= Retail in the Republic of Ireland =

Part of the economy of the Republic of Ireland

In Ireland, the retail sector provides one of the largest sources of employment in the economy, representing over 12% of the workforce. As of 2017, approximately 40,000 wholesale and retail businesses employed almost 280,000 people in Ireland, with the Department of Enterprise, Trade and Employment reporting that 90% of these businesses were Irish-owned.

As of 2017, the retail market was worth €40 billion annually, with the supermarket sector reportedly comprising €9 billion of this figure. For the same period, €5 billion was spent by Irish consumers with online retailers - €3 billion of this going to non-Irish sites.

==Supermarkets==

Ireland has a number of supermarket chains. As of 2018, SuperValu had over 220 stores and the largest share of Ireland's grocery market at 22.3%. Dunnes Stores, owned by a trust consisting of members of the family of its founder, Ben Dunne Snr, had 123 stores and 21.9% market share in 2018. In the same period Tesco Ireland, a subsidiary of Tesco plc, had 91 stores and 22.2% of the market. Aldi and Lidl each had, as of May 2018, approximately an 11% share of the grocery market. By early 2025, Dunnes Stores reportedly had the largest share of the market (at 25%), followed by Tesco (24.1%), SuperValu (20.3%), Lidl (12.4%) and Aldi (10.7%).

As of 2017, SuperValu and Tesco both had a significant online business. During the COVID-19 pandemic, Dunnes Stores also introduced online shopping and home delivery services.

Marks and Spencer operates a small number of supermarket sites, including in Cork and Dublin.

SPAR and Londis have a number of supermarket format franchise stores, with their Eurospar and Londis Plus formats.

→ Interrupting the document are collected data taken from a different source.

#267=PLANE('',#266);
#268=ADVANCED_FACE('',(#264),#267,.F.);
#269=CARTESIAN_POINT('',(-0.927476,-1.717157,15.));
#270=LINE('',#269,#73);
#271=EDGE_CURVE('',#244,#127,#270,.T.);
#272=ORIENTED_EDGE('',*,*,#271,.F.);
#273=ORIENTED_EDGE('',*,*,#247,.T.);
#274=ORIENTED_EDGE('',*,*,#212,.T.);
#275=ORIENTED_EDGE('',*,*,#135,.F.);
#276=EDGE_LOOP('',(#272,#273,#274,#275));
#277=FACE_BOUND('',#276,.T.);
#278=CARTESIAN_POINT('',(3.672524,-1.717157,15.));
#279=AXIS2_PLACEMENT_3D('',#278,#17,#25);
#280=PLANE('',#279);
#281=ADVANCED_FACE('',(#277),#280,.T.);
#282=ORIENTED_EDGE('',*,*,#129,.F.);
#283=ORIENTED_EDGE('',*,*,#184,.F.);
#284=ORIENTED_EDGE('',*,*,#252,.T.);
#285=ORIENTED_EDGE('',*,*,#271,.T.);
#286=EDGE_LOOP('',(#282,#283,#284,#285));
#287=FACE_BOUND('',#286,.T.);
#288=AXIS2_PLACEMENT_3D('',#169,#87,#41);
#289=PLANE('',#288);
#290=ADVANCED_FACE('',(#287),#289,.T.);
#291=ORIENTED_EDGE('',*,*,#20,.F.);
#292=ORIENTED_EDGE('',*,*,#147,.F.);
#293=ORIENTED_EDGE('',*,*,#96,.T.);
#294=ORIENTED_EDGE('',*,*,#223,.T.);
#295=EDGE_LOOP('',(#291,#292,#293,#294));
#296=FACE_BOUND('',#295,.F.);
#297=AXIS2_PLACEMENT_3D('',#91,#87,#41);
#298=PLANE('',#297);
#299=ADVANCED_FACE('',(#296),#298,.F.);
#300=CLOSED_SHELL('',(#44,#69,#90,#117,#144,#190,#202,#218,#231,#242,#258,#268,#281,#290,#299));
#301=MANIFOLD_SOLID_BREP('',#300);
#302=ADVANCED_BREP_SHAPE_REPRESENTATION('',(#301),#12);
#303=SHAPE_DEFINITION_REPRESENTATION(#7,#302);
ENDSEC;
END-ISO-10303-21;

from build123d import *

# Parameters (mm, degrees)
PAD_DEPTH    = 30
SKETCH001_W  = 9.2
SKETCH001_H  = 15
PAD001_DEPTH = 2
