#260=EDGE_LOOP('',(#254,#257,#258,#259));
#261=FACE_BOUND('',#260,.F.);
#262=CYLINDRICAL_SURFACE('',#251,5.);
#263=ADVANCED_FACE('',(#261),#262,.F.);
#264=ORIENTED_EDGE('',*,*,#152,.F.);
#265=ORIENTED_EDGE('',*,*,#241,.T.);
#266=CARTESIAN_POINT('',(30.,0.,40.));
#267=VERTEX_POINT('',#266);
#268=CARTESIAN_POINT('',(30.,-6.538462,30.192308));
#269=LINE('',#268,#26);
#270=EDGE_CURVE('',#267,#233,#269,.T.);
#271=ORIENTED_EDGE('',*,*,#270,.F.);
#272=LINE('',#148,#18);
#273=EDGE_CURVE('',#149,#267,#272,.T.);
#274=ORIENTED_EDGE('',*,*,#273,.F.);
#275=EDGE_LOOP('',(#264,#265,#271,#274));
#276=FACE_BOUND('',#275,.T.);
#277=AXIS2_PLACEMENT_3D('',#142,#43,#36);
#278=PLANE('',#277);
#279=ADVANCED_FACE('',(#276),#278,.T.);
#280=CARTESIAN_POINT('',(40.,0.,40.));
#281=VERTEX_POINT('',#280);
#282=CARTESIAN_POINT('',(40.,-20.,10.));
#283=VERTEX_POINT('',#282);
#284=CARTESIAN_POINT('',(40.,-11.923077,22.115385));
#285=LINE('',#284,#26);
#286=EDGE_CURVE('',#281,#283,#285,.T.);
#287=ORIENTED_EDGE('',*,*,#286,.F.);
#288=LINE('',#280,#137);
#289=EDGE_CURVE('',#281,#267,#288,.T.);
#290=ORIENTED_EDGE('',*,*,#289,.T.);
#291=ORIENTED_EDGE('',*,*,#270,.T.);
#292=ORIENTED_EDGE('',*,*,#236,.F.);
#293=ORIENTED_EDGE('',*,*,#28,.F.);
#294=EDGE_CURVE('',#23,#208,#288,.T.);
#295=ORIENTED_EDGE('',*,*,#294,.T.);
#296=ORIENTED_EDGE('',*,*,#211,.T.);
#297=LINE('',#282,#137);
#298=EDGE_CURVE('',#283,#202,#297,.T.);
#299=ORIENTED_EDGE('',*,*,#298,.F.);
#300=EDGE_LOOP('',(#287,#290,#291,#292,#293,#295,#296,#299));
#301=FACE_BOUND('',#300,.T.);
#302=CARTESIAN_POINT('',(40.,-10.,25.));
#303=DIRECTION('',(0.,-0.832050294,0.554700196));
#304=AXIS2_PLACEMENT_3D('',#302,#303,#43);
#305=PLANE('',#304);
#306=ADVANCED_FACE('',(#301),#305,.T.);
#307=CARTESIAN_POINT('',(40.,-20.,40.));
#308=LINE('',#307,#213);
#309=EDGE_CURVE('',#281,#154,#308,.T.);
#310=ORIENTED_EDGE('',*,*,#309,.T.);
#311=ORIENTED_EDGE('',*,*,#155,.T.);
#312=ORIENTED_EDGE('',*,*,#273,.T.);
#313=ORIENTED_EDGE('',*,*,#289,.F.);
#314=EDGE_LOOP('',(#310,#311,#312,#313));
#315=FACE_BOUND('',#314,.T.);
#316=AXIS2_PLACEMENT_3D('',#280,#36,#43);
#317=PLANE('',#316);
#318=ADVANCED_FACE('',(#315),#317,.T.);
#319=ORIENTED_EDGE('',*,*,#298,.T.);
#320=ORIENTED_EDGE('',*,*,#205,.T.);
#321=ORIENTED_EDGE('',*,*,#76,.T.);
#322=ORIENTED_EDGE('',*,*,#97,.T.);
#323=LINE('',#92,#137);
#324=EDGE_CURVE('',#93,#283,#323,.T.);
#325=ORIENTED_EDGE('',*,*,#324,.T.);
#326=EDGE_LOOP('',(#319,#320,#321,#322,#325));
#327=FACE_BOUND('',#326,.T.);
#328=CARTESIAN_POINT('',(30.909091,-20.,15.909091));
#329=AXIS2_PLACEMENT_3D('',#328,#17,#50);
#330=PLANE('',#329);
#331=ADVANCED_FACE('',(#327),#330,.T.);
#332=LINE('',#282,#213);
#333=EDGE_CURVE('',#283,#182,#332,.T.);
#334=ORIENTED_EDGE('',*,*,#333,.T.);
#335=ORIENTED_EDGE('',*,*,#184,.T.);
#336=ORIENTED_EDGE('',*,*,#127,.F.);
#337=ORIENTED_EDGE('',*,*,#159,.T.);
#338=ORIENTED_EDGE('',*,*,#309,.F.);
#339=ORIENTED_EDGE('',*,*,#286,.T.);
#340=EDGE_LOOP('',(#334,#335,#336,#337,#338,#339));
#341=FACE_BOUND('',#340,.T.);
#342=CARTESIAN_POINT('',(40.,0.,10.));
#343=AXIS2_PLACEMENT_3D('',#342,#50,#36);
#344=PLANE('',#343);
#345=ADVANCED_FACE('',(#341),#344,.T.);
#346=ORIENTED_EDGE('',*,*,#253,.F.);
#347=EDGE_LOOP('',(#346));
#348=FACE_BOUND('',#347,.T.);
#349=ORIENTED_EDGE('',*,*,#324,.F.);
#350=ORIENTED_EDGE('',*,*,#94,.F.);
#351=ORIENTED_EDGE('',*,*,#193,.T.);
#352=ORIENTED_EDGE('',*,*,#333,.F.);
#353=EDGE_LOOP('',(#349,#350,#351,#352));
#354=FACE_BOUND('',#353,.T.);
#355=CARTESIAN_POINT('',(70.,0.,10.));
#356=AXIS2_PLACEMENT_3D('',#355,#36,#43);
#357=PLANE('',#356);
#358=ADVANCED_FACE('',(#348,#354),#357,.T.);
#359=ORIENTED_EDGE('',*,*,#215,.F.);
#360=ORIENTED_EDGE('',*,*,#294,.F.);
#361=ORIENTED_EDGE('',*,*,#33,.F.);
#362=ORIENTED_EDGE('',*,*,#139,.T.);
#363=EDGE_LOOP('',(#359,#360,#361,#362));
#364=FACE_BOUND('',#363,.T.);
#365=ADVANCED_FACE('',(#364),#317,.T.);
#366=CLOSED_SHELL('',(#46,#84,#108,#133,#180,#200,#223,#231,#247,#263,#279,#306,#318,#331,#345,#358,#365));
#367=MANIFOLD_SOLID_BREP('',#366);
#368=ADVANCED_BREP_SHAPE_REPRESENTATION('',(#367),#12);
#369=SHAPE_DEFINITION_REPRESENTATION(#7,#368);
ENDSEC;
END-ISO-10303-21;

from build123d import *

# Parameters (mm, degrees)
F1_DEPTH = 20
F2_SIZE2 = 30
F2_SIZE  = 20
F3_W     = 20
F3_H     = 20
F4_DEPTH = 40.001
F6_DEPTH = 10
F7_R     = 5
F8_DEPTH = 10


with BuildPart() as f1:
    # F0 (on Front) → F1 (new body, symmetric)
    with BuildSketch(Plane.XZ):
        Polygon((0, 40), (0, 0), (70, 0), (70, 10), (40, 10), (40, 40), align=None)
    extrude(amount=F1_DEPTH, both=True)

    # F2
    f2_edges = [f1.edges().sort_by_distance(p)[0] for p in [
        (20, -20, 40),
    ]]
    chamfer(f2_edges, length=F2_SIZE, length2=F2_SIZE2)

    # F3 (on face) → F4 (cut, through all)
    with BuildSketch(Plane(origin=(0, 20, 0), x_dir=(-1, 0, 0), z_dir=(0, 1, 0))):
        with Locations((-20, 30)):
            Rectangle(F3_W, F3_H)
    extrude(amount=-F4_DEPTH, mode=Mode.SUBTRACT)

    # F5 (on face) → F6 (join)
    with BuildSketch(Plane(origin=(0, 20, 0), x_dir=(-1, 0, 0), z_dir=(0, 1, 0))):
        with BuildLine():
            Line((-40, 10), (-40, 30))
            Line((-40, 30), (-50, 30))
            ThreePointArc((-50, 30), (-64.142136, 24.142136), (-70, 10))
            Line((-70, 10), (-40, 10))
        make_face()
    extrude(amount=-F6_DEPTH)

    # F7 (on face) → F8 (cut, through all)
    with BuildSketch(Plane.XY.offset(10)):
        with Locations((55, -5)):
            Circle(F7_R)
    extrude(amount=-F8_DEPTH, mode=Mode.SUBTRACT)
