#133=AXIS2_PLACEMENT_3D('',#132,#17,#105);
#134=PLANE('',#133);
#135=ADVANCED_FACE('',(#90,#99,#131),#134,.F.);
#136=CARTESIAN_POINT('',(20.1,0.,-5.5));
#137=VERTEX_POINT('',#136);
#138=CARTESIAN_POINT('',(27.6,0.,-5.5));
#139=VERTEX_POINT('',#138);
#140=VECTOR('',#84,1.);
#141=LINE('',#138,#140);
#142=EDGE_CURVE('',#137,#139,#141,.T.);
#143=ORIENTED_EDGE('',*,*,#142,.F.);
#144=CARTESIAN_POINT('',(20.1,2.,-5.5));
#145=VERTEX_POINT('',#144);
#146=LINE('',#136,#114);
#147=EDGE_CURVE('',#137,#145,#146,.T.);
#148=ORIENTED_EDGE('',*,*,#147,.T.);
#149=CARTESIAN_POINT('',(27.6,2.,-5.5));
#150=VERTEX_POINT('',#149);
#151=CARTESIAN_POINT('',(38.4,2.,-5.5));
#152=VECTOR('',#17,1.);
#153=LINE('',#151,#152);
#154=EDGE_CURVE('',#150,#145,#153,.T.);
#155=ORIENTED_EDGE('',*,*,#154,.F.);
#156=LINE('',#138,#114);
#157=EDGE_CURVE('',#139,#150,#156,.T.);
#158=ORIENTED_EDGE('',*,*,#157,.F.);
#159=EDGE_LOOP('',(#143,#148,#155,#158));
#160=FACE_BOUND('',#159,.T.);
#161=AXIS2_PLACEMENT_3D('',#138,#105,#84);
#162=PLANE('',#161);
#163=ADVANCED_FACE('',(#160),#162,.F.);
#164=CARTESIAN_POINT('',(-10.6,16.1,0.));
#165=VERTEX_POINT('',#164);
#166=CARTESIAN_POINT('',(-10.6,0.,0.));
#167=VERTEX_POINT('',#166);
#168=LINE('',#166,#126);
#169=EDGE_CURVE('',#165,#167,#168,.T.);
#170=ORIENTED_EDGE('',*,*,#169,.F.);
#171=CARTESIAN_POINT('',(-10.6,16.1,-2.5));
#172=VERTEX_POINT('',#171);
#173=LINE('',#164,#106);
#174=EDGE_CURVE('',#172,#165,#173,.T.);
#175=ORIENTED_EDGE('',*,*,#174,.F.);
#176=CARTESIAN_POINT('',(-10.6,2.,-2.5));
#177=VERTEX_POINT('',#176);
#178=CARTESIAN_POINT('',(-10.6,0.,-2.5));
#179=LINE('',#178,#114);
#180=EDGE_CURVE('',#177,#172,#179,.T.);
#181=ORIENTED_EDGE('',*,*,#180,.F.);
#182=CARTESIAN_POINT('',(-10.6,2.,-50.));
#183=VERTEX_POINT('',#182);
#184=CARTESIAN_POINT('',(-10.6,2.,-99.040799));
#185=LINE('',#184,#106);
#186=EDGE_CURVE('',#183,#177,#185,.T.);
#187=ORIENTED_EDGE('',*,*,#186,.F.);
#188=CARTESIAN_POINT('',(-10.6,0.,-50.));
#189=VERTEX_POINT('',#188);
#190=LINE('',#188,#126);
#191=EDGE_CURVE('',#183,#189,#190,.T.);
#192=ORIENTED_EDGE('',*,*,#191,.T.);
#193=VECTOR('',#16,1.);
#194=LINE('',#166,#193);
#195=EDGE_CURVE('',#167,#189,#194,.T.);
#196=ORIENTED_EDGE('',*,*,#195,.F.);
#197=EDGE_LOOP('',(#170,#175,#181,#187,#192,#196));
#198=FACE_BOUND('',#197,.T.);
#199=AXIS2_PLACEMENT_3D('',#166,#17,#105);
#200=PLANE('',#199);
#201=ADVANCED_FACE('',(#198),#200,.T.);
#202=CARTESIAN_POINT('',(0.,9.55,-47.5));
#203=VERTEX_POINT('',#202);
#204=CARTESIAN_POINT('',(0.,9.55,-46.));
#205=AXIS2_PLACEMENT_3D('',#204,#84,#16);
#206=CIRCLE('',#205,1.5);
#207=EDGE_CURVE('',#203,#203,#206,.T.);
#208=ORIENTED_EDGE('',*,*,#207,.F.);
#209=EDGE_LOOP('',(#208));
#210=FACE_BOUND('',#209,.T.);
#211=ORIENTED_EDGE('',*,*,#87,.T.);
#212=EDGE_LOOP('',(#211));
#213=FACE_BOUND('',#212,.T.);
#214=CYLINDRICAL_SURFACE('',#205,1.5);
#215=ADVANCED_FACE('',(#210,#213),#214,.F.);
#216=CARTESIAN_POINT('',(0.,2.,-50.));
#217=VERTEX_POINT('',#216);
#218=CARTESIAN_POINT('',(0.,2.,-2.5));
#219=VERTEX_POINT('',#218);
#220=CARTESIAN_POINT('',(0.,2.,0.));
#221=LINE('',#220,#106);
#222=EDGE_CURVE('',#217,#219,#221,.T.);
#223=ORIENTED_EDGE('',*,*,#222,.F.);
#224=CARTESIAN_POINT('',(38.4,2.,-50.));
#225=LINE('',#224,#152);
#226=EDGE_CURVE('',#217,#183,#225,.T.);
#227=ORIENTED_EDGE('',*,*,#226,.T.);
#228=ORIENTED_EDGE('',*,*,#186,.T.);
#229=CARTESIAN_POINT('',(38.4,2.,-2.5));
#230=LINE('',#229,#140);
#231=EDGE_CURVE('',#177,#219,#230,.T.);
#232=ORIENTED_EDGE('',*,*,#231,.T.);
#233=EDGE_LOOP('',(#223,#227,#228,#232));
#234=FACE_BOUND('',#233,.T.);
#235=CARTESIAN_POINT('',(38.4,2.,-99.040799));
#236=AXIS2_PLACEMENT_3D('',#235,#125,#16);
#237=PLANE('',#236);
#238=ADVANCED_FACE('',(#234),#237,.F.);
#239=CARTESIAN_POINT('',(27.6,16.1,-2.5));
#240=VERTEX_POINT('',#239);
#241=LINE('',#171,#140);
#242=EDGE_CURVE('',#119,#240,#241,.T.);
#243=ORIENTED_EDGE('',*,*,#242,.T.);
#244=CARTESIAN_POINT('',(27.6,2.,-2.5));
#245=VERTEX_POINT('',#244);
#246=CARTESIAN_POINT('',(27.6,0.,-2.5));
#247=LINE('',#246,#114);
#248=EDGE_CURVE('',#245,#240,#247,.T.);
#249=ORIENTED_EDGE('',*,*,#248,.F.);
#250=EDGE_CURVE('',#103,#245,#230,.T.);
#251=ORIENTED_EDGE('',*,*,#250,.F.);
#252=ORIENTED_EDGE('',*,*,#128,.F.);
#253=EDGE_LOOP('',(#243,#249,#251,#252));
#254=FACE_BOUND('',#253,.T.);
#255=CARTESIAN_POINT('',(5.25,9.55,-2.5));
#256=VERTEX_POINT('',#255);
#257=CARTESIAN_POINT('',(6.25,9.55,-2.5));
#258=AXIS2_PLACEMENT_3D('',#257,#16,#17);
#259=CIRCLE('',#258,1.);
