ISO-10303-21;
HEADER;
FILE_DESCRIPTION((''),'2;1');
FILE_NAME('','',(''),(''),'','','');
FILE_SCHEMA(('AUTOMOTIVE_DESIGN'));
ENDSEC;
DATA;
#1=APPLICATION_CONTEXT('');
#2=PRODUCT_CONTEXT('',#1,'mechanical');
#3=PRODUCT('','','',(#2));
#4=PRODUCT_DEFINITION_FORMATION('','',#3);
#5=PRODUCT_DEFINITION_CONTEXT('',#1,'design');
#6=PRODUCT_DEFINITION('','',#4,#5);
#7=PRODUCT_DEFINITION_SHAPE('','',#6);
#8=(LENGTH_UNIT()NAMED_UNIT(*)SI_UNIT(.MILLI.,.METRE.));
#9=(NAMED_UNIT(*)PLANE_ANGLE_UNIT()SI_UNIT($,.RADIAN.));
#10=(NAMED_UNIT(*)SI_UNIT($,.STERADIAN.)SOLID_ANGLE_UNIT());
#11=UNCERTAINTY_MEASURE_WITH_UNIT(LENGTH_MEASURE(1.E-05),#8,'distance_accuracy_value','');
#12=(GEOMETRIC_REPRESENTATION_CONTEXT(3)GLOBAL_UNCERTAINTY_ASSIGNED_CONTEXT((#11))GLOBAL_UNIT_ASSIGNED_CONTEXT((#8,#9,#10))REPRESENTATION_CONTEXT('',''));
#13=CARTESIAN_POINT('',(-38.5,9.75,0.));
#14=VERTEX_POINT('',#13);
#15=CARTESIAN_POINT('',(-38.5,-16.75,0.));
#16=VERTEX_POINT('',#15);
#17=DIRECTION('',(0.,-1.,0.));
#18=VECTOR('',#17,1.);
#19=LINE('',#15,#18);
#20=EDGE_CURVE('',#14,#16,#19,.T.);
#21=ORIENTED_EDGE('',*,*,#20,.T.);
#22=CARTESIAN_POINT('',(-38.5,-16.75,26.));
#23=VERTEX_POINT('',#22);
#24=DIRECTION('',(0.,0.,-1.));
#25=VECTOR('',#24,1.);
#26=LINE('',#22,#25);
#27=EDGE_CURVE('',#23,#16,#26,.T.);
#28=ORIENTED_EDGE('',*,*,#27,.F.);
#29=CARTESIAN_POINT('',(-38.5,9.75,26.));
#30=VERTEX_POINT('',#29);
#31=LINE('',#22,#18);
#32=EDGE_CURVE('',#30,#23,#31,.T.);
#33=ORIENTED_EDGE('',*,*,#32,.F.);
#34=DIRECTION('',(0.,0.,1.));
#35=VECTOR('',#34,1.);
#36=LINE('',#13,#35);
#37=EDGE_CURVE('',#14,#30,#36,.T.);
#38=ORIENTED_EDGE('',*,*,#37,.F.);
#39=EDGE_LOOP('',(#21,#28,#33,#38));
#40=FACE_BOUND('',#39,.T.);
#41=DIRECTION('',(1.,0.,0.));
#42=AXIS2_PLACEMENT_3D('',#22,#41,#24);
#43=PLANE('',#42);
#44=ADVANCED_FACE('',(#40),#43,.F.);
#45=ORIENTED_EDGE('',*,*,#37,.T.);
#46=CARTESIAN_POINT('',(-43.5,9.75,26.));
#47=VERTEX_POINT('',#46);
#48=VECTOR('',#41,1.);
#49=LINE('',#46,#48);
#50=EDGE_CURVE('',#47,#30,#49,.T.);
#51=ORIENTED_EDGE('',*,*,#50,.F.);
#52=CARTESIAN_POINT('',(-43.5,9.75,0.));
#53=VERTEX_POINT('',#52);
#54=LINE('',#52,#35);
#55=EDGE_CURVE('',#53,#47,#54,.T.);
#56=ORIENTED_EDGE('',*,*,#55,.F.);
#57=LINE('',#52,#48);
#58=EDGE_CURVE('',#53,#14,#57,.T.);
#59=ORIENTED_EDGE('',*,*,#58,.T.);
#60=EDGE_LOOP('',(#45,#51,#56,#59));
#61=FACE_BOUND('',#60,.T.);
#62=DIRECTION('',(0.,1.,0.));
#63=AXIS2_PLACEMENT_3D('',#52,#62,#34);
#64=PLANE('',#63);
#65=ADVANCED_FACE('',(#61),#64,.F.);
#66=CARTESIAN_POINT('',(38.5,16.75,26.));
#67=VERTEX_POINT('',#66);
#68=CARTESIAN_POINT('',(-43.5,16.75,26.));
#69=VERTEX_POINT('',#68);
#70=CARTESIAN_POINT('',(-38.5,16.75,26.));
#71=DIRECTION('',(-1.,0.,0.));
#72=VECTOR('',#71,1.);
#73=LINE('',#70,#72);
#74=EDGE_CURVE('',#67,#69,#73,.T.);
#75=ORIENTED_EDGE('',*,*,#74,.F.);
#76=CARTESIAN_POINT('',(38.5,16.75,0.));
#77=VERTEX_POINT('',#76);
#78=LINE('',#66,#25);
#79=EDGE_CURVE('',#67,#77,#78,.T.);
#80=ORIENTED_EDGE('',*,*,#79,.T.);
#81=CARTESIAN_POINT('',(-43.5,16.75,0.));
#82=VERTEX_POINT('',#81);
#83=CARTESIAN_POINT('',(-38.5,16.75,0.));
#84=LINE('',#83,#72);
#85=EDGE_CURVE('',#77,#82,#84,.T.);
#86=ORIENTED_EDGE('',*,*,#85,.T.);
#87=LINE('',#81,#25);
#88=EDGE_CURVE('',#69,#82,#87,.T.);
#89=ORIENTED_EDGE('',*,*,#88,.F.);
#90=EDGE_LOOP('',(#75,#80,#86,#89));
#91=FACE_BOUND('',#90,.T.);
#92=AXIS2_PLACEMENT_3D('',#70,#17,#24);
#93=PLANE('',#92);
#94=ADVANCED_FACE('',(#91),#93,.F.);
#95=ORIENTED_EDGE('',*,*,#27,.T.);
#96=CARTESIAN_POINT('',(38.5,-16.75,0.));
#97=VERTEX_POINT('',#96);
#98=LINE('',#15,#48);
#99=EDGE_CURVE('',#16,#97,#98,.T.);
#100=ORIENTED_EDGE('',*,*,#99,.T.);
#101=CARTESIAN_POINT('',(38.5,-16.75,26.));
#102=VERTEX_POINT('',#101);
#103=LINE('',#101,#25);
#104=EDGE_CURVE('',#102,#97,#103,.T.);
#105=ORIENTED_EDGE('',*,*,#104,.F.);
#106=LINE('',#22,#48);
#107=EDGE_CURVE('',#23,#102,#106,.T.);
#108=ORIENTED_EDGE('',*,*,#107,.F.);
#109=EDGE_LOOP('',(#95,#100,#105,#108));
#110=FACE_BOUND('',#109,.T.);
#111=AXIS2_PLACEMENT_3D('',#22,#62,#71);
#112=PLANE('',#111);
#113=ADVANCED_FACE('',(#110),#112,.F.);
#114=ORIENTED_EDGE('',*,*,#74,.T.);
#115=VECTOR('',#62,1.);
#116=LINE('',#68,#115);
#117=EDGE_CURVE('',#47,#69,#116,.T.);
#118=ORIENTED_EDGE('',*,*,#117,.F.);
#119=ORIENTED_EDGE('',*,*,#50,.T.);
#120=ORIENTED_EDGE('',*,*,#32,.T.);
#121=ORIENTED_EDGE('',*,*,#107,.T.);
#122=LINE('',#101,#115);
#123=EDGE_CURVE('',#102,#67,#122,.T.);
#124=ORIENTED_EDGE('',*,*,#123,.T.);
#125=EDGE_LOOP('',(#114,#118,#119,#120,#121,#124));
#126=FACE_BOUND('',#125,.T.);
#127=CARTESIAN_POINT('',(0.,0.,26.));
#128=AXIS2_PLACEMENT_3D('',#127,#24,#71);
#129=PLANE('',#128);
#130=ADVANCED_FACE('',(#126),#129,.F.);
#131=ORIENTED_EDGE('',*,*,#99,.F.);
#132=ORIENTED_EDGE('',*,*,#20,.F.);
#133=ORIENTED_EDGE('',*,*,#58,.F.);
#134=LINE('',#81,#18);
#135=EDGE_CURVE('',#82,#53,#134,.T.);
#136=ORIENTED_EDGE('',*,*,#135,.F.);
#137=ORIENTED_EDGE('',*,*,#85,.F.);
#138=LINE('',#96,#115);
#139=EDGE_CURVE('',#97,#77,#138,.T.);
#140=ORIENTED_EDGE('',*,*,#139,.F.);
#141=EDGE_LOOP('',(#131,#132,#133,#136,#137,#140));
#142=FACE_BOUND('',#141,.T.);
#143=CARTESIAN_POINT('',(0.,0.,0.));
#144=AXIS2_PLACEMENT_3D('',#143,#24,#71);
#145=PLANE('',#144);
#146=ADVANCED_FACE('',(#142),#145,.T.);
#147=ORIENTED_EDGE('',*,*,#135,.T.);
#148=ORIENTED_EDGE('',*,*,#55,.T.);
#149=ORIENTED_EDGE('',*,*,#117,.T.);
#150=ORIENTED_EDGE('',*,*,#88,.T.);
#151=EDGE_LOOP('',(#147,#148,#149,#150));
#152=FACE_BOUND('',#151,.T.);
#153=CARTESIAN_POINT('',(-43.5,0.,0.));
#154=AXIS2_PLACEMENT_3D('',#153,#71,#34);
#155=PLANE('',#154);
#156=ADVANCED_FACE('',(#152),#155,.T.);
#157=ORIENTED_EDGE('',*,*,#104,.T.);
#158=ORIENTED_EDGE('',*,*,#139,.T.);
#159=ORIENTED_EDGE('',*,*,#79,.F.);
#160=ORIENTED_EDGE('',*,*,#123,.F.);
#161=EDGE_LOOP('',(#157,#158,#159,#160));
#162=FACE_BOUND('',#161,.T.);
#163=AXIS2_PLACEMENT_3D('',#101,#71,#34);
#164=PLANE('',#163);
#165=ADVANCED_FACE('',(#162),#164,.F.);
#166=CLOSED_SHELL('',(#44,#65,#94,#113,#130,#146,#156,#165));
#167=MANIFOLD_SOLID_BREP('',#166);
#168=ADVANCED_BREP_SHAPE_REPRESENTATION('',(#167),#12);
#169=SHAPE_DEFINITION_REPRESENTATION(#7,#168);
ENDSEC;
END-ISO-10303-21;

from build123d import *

# Parameters (mm, degrees)
SKETCH2_W           = 77
SKETCH2_H           = 33.5
BOSS_EXTRUDE1_DEPTH = 26
SKETCH3_W           = 26
SKETCH3_H           = 7
BOSS_EXTRUDE2_DEPTH = 5


with BuildPart() as part:
    # Sketch2 → Boss-Extrude1 (new body)
    with BuildSketch(Plane.XY):
        Rectangle(SKETCH2_W, SKETCH2_H)
    extrude(amount=BOSS_EXTRUDE1_DEPTH)

    # Sketch3 → Boss-Extrude2 (add)
    with BuildSketch(Plane.ZY.offset(38.5)):
        with Locations((13, 13.25)):
            Rectangle(SKETCH3_W, SKETCH3_H)
    extrude(amount=BOSS_EXTRUDE2_DEPTH)


solid = part.part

While there is much competition in the supermarket sector, it was formerly tempered by the Restrictive Practices (Groceries) Order 1987 (known as the "Groceries Order"). This order made it illegal to sell any good below the invoice price. The order was instituted to prevent a price war along the lines which led to the collapse of the supermarket chain H Williams in 1987, and banned cross-subsidy and loss leaders. In 2005, Micheál Martin, the Minister for Enterprise, Trade and Employment announced that the Order would be revoked in early 2006. This was done via the enactment of the Competition (Amendment) Act 2006 in March 2006.

==Convenience stores and newsagents==

Convenience store formats were developed from the 1960s, when the Musgrave Group introduced the "VG" convenience store format in 1960. This became Centra (and SuperValu) in 1979. Other convenience store formats include Gala, owned by 9 independent wholesale companies, Costcutter owned by Barry Group, SPAR, Mace, and Londis, all three owned by BWG in Ireland. Smaller convenience store formats include XL Stop and Shop, Your Stop, Daybreak, Quik Pick and Vivo. Stonehouse Marketing, a large buying group of wholesalers, offers their retailers the Homestead brand, which is the main "own brand" label offered in symbol groups such as Gala, Costcutter, Quik Pick and Your Stop.

Tesco also operates a small number of Tesco Express stores, and Marks and Spencer operates several smaller convenience stores under the Simply Food banner.

The Eason chain of main street newsagents, stationers and booksellers is the largest in the country.

The main petrol station brands in Ireland also operate convenience stores - including the Circle K and Applegreen brands.

==Main street retailing==

While main street retailing is declining, a number of British and European 'high street' brands continue to operate in the market. These include Next, River Island, Boots, JD, Superdrug, Currys, and a number of stores in the Inditex and Bestseller brand families (such as Zara, Vero Moda and Jack & Jones). US retailer TK Maxx has more than 20 stores in Ireland. Indigenous Irish retailers and brands include Penneys, Brown Thomas, Shaws, newsagents Eason & Son, record stores Golden Discs, pharmacy chains Hickey's, Sam McCauley's, and McCabes, and other smaller chains.

==Shopping centres==

Out-of-town shopping centres, anchored by a major supermarket, have been developed in Ireland since the 1960s, with Dunnes Stores' Cornelscourt being one of the first. A precursor of the 1990s town centres was developed in Stillorgan in the late 1960s, as well as the two major Dublin city centre shopping malls, the Ilac Shopping Centre and Irish Life Shopping Mall. These were joined in the 1990s by the Jervis Centre.

However, in the 1990s a new phenomenon of large shopping malls, not dominated by one tenant but with a number of anchor tenants, main street names, and usually a cinema, grew up in the Dublin suburbs. Of these types of shopping centre developments around Dublin, the five largest include The Square Tallaght, Blanchardstown Centre, Liffey Valley Shopping Centre, Swords Pavilions and Dundrum Town Centre.

In Munster and Connacht, shopping centres have also emerged on the outskirts of towns and cities like Cork, Limerick, Galway, and Waterford. These include sites like Mahon Point in Cork and the Crescent Shopping Centre in Limerick.